I am in California, so he might be a bit of a commute for you. :) But one thing that you will learn on this forum is that there are plenty more like him out there! You are the customer, so if they judge you or make you uncomfortable, then you have the right to walk out and leave. You are in control! Definitely let them know about your fears, and what you feel like you can/can't handle. I suck at this, but if you don't tell them, they won't know! Good luck and let us know how it goes :)
 
Ok. Opinion please! So I went to the dentist. All my strength and courage to get out of my car and in the office. So its first time there for me. The girl at the desk asked me if she could help me. I proceed to give her my name as I could hardly even speak. I said I have a 2:00 apt. She looks at computer and can not find my name! She says oh I'm just the hygentist please go around to the girl next to her and she could help me. So this girl says I don't see you on our schedule! I wrote the day and time down and believe you me with this phobia I have I would NOT make a mistake. In fact they had NO record of me calling at all. So I made another apt for 2 weeks from now. More torture waiting to see what the heck I'm in store for here. I worked early mornings to make up enough flex time just for this apt. So when I didn't use my flex time because I much rather use tomorrow on a Friday, I went back to work and searched my phone to see that I didn't dream this call to the dentist.
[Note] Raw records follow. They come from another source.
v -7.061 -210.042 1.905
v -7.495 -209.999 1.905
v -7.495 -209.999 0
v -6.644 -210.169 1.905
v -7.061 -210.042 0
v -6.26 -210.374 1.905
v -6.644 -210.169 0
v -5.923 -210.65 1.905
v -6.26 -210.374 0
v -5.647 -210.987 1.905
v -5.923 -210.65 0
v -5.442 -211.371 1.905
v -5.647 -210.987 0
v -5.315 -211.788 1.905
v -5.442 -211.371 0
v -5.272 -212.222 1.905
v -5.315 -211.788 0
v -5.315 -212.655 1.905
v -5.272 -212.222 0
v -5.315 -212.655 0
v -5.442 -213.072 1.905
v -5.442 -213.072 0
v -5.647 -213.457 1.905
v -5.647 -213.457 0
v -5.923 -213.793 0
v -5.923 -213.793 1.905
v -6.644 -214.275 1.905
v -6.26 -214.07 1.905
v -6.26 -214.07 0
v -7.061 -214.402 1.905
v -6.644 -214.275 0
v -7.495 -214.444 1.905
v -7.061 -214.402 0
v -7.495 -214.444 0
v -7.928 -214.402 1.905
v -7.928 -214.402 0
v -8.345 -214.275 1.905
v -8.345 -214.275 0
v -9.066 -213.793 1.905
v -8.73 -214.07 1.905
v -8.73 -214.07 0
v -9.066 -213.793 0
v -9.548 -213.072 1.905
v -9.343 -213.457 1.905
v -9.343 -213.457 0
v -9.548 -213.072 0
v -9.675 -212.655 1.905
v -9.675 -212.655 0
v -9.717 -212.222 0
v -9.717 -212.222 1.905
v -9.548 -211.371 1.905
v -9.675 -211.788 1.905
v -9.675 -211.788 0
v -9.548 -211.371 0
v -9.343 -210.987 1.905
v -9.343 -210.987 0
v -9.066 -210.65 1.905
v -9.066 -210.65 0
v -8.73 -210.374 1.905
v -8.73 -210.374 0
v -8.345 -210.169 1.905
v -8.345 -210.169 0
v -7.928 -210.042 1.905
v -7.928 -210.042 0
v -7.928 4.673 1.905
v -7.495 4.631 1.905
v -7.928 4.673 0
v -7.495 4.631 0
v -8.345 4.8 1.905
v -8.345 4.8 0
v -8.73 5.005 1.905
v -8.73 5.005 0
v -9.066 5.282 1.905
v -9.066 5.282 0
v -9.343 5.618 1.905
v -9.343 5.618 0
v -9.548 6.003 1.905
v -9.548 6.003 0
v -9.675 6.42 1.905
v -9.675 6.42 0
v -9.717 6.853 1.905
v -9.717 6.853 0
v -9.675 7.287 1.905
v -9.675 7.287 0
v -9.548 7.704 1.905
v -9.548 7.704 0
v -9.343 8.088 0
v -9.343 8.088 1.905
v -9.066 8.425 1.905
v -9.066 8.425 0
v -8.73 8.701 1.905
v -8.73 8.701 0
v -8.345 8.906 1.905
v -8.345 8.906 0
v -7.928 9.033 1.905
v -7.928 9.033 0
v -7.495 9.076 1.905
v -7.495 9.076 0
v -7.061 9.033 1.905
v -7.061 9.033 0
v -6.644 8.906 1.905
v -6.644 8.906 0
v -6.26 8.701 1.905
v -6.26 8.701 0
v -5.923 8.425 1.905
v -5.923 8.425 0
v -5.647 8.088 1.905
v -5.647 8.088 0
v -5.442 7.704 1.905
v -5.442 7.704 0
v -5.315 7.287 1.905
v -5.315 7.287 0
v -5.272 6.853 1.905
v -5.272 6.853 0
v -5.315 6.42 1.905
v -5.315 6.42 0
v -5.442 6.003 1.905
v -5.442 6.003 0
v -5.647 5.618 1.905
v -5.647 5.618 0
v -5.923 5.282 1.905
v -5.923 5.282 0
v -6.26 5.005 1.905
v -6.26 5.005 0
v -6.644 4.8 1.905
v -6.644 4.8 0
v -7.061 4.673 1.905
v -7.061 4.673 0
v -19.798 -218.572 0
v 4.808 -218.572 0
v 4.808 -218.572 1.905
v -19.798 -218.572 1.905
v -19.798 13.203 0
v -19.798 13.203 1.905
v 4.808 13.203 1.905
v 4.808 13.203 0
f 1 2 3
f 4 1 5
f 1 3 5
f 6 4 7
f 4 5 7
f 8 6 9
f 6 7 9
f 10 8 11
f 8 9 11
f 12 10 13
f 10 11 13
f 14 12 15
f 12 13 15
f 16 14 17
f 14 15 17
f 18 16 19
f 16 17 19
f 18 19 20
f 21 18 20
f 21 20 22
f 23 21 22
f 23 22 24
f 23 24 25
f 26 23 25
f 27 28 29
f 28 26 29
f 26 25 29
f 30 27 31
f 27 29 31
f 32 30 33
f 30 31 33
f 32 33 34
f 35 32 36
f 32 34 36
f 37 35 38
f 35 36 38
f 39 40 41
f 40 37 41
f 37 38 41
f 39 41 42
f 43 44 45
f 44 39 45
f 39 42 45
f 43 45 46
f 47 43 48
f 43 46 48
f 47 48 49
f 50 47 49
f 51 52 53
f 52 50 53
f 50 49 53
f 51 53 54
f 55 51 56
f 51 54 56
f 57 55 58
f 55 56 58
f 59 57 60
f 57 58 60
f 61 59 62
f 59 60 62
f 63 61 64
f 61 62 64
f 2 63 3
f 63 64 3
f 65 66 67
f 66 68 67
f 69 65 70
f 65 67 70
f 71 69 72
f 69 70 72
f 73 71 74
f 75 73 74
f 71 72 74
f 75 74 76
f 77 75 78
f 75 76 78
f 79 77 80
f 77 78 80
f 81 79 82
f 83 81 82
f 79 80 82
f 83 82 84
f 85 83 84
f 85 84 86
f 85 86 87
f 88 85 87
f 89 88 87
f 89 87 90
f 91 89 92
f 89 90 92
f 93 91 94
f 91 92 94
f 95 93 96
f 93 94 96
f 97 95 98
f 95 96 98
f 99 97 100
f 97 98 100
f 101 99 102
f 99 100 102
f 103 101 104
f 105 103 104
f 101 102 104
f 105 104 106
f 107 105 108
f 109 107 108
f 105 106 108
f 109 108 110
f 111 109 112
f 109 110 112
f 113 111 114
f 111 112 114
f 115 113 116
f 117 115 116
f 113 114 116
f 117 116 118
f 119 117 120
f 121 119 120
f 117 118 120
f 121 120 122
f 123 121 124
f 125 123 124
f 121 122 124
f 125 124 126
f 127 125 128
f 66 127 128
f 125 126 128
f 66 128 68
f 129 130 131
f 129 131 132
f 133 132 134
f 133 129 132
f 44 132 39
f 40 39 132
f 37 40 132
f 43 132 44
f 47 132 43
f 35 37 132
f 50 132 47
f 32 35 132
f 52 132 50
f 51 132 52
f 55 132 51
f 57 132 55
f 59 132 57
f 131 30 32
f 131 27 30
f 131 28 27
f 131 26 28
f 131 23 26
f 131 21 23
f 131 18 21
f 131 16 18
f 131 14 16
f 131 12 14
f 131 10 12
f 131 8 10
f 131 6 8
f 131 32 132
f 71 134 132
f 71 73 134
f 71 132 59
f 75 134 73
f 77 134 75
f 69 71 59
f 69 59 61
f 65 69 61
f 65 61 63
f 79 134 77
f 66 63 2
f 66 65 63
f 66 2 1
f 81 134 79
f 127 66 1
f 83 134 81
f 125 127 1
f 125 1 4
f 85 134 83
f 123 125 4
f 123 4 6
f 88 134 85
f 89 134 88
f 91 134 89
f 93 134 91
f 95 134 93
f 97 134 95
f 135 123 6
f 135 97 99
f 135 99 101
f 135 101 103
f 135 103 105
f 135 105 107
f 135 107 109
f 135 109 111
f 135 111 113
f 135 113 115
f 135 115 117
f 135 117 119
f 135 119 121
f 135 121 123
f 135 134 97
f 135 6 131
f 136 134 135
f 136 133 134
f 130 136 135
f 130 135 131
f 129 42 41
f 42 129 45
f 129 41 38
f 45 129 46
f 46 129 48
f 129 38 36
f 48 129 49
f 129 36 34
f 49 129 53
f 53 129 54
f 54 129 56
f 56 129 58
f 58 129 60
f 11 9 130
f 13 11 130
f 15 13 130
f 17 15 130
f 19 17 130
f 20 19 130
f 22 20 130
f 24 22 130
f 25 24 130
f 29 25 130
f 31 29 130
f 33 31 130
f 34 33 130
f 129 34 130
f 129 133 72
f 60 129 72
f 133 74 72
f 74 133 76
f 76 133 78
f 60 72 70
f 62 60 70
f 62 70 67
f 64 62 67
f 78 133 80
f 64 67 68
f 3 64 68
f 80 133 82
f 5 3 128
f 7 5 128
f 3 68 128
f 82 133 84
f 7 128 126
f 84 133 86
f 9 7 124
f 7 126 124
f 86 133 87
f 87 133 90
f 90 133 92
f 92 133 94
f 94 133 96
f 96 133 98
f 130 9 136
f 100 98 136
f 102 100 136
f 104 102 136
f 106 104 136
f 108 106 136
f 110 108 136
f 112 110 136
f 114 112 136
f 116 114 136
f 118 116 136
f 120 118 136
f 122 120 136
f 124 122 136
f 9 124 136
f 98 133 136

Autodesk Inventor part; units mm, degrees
ref_plane "YZ Plane" through (0, 0, 0) normal (1, 0, 0) x (0, 1, 0)
ref_plane "XZ Plane" through (0, 0, 0) normal (0, 1, 0) x (-1, 0, 0)
sketch "Sketch1" plane through (0, 0, 0) normal (0, 0, 1) x (1, 0, 0)
  line L0 (-19.7981, 13.2031) -> (4.8082, 13.2031)
  line L1 (4.8082, 13.2031) -> (4.8082, -218.5719)
  line L2 (4.8082, -218.5719) -> (-19.7981, -218.5719)
  line L3 (-19.7981, -218.5719) -> (-19.7981, 13.2031)
  point P0 (0, 0)
  dimension "d0" = 231.775
  dimension "d1" = 24.6062
extrude "Extrusion1" add sketch "Sketch1" along normal blind 1.905
sketch "Sketch2" plane through (0, 0, 1.905) normal (0, 0, 1) x (1, 0, 0)
  line L0 (4.8082, 13.2031) -> (-19.7981, 13.2031) projected
  line L1 (-7.4949, 13.2031) -> (-7.4949, -18.5655)
  line L2 (-19.7981, 13.2031) -> (-19.7981, -218.5719) projected
  line L3 (4.8082, -218.5719) -> (4.8082, 13.2031) projected
  line L4 (-19.7981, 6.8531) -> (4.8082, 6.8531)
  point P0 (0, 0)
  point P1 (-7.4949, 6.8531)
  point P2 (-7.4949, 6.8531)
  point P3 (-7.4949, 6.8531)
  dimension "d4" = 12.3031
  dimension "d6" = 6.35
hole "Hole1" at (-7.4949, 6.8531, 1.905) direction (0, 0, -1) diameter 4.445 end through all
sketch "Sketch3" plane through (0, 0, 1.905) normal (0, 0, 1) x (1, 0, 0)
  line L0 (4.8082, 13.2031) -> (4.8082, -218.5719) projected
  line L1 (4.8082, -102.6844) -> (-19.7981, -102.6844)
  line L2 (-19.7981, -218.5719) -> (-19.7981, 13.2031) projected
  line L3 (4.8082, 13.2031) -> (-19.7981, 13.2031) projected
  line L4 (4.8082, -218.5719) -> (4.8082, 13.2031) projected
  point P0 (0, 0)
  dimension "d14" = 231.775
  dimension "d15" = 115.8875
ref_plane "Work Plane1" through (-19.7981, -102.6844, 0) normal (0, 1, 0) x (1, 0, 0)
mirror "Mirror1" about plane through (-19.7981, -102.6844, 0) normal (0, 1, 0) of "Hole1"
equation "\"d15\" = 0.5 * d14"
properties part number "Rotation Resistor-01"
I looked at all numbers I placed on my phone them looked up the web page the dentist has and he lists two different numbers to call to make apts. and YES one of the numbers was called from my phone to his office! I was being to doubt myself for a minute there and thought that my stress level so bad that I never called. The hygentist said well what is your apt for. I said I want a consult! And I am a dental phobic! She was like, yes I can see that! I told her I want to talk and possible an X-ray. She said well he will want to do an exam. I kindly told her that I don't want any hooks fishing around in my mouth and that I am very nervous as it has been a really long time for me since I've been to the dentist. Well she kinda gave me that look! Now mind you this dentist does oral sedation and that is what I need. Shouldn't they be used to people like me or am I really that bad??? He is suppose to be one of the best dentist in my area and offers sedation. Not many do. I'm so tired from zero sleep and I'm frustrated.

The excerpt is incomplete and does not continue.